[Madelon by Mary E. Wilkins Freeman]@TWC D-Link bookMadelon CHAPTER XXIX 12/17
Margaret Bean came timidly to the door, and inquired if he did not want some breakfast.
She had to repeat her query three times, he was writing so busily, and then he answered her "no" as if his thoughts were elsewhere.
The old woman hungrily eyed the paper upon which he was scribbling, and went away with lingering backward glances. Lot Gordon, bending painfully over his desk, using his quill pen, with wary motions of hand and wrist alone, that he might not jar his wounded side, wrote a letter to the bride upon her wedding-journey. "Madelon," wrote Lot, "I pray you to pardon what I have done, and what I am about to do.
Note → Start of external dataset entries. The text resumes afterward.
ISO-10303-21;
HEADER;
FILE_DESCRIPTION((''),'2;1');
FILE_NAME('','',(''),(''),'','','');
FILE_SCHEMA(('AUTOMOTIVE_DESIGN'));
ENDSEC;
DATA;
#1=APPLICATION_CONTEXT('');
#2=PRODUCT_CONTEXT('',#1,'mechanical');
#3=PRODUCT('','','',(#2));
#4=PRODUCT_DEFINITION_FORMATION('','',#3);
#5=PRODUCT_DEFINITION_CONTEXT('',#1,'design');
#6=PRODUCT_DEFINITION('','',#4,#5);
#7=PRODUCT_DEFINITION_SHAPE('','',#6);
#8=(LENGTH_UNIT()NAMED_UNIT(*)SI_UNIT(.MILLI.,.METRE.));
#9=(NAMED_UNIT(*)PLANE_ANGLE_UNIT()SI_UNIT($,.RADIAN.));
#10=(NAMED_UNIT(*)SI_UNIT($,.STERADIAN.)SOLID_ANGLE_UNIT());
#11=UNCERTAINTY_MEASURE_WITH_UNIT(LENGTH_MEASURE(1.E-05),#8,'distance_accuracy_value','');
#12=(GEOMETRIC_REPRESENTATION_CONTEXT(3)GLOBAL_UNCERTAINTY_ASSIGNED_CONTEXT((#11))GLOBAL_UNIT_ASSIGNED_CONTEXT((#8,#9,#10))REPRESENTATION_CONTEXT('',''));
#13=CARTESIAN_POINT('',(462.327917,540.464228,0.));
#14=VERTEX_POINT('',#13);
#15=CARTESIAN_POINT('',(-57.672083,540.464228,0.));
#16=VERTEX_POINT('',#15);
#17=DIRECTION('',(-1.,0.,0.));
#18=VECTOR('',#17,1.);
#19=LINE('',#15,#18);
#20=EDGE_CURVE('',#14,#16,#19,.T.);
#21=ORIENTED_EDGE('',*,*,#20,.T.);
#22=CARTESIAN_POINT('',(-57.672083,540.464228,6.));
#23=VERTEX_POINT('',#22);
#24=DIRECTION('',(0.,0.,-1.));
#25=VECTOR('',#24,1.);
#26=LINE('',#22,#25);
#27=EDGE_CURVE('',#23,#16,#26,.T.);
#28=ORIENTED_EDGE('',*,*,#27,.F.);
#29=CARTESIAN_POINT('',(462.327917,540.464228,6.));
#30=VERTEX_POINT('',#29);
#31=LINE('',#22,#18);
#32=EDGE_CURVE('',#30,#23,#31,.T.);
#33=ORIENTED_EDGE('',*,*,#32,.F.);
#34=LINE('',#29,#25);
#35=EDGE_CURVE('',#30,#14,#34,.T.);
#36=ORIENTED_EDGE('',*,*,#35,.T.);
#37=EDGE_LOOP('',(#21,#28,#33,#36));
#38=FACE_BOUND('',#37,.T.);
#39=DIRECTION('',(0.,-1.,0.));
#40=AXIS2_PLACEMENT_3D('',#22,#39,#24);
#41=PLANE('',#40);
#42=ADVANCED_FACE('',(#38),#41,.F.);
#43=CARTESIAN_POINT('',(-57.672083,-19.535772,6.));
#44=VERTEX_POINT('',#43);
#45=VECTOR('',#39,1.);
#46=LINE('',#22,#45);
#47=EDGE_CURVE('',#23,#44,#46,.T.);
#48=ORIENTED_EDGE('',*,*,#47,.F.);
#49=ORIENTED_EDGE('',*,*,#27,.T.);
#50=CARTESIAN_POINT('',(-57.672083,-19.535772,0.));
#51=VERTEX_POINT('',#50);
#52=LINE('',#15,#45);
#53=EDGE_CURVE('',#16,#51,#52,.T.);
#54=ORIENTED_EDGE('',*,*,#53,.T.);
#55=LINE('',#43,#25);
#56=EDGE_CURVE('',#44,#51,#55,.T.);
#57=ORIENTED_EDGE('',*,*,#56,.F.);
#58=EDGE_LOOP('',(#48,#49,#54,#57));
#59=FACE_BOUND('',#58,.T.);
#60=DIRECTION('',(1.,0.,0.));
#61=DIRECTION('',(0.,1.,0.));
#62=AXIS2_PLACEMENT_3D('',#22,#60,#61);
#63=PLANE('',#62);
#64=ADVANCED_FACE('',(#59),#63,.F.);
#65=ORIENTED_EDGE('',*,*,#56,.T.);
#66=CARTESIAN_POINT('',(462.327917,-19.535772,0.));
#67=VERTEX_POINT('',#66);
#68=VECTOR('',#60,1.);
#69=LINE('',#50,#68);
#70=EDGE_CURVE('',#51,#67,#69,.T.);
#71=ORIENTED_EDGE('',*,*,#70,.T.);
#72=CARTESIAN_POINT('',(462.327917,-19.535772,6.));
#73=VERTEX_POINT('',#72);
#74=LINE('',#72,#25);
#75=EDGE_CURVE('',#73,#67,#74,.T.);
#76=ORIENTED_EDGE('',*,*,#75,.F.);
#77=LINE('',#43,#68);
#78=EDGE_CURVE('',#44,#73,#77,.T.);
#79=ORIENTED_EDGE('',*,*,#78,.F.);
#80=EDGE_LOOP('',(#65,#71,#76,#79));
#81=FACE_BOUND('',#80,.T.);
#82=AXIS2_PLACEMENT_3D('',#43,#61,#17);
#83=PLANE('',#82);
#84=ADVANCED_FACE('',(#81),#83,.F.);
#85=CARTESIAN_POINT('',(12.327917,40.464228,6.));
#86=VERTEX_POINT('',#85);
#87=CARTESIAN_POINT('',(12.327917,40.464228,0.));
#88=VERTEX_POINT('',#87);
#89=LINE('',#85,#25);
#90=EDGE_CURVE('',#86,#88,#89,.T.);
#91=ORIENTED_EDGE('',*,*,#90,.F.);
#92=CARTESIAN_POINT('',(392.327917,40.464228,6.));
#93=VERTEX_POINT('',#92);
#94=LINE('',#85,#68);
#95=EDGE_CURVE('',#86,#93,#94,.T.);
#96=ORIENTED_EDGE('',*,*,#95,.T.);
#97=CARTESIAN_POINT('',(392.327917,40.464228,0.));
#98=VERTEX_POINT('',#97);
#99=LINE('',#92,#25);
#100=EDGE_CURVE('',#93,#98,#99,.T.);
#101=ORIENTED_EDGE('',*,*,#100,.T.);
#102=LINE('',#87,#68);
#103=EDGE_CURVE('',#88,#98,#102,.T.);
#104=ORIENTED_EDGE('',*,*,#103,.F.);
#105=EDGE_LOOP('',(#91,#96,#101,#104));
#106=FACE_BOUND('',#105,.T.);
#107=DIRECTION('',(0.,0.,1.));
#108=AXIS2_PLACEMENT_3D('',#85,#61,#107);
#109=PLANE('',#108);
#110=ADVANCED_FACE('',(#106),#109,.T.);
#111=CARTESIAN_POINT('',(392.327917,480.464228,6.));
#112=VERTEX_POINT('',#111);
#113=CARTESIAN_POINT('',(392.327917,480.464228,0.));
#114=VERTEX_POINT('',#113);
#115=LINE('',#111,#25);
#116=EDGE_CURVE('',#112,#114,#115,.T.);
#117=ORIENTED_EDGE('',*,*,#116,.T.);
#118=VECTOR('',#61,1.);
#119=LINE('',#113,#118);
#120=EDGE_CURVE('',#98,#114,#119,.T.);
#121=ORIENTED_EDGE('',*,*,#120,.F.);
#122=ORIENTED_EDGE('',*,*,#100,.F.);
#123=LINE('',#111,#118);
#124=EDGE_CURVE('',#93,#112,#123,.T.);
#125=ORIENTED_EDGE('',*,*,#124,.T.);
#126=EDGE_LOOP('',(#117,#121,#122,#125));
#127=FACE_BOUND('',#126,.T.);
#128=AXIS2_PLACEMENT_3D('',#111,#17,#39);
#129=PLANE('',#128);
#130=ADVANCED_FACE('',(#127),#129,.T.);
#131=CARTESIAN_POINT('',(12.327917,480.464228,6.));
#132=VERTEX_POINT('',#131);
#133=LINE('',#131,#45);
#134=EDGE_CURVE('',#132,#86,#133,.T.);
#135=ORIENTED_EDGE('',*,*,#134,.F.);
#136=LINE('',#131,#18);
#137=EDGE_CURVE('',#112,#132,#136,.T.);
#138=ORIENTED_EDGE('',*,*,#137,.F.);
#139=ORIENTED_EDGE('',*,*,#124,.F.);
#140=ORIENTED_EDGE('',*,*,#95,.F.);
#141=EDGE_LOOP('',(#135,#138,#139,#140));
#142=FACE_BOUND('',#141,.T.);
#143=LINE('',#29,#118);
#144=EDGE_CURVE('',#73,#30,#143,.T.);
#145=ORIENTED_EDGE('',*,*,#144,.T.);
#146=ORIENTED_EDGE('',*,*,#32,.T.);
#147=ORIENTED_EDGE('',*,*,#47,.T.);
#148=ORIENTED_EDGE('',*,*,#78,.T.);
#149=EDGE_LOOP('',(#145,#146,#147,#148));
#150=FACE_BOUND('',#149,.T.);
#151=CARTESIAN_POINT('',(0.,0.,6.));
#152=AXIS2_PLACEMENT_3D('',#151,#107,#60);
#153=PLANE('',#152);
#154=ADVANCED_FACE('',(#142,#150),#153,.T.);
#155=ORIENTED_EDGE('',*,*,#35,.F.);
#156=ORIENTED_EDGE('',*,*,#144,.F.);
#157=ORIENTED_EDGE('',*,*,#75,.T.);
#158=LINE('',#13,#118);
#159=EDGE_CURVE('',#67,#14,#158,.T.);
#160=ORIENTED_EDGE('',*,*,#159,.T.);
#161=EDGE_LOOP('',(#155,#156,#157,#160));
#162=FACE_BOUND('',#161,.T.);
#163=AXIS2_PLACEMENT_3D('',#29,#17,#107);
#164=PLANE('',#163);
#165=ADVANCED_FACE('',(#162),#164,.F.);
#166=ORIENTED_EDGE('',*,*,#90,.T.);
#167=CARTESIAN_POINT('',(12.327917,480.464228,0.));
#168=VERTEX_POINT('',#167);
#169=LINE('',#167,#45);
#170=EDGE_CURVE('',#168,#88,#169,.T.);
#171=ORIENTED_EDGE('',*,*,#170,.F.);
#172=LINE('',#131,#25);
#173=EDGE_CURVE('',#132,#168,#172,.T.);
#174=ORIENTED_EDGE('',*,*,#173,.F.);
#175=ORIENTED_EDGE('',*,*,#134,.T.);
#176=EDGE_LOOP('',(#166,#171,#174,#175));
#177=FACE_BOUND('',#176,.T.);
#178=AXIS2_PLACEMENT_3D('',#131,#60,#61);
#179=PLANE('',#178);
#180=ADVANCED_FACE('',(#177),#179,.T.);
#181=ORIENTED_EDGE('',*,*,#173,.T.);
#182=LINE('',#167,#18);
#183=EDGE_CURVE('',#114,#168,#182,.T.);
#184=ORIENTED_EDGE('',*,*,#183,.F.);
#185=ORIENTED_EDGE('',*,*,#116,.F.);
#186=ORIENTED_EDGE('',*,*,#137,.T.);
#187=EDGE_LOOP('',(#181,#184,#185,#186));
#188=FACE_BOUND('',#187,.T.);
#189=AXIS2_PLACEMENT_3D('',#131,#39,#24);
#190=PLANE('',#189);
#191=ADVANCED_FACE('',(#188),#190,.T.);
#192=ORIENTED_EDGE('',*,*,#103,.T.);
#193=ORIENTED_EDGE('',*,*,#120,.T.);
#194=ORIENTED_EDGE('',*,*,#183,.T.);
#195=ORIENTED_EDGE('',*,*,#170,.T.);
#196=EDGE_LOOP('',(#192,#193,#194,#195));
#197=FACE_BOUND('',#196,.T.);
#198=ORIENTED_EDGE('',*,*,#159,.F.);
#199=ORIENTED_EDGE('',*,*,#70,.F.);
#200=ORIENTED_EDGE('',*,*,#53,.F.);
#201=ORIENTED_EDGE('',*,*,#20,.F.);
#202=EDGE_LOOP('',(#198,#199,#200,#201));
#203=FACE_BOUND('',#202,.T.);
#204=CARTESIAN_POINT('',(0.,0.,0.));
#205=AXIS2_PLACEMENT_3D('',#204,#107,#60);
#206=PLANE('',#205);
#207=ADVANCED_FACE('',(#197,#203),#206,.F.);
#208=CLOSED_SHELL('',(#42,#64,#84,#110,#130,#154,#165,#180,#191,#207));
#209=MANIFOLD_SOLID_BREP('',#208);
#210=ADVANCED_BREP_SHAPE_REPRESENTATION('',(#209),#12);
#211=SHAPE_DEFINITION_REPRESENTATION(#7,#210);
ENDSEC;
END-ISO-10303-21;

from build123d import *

# Parameters (mm, degrees)
SKETCH_1_W      = 520
SKETCH_1_H      = 560
SKETCH_1_W_2    = 380
SKETCH_1_H_2    = 440
EXTRUDE_1_DEPTH = 6


with BuildPart() as part:
    # Эскиз1 → Бобышка-Вытянуть1 (new body)
    with BuildSketch(Plane.XY):
        with Locations((202.327917168, 260.464227839)):
            Rectangle(SKETCH_1_W, SKETCH_1_H)
        with Locations((202.327917168, 260.464227839)):
            Rectangle(SKETCH_1_W_2, SKETCH_1_H_2, mode=Mode.SUBTRACT)
    extrude(amount=EXTRUDE_1_DEPTH)


solid = part.part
The danger of blood-guiltiness and death have I brought upon you, and I now save you in the only way I know.
I pray you, when you read this, and know what I have done, that you think of me with what charity you may, and that the love which caused the deed may be its saving grace." Lot sat looking at what he had written for a moment, then tore it up, and wrote again: "Madelon,--Alive I claimed nothing, dead I claim your memory, for the sake of the love for which I died." And, after a moment, tore up that also. And then he wrote again, with quivering lips, yet breathing guardedly: "Madelon,--The love that was set betwixt man and woman that the race might not die is one love, but there is another.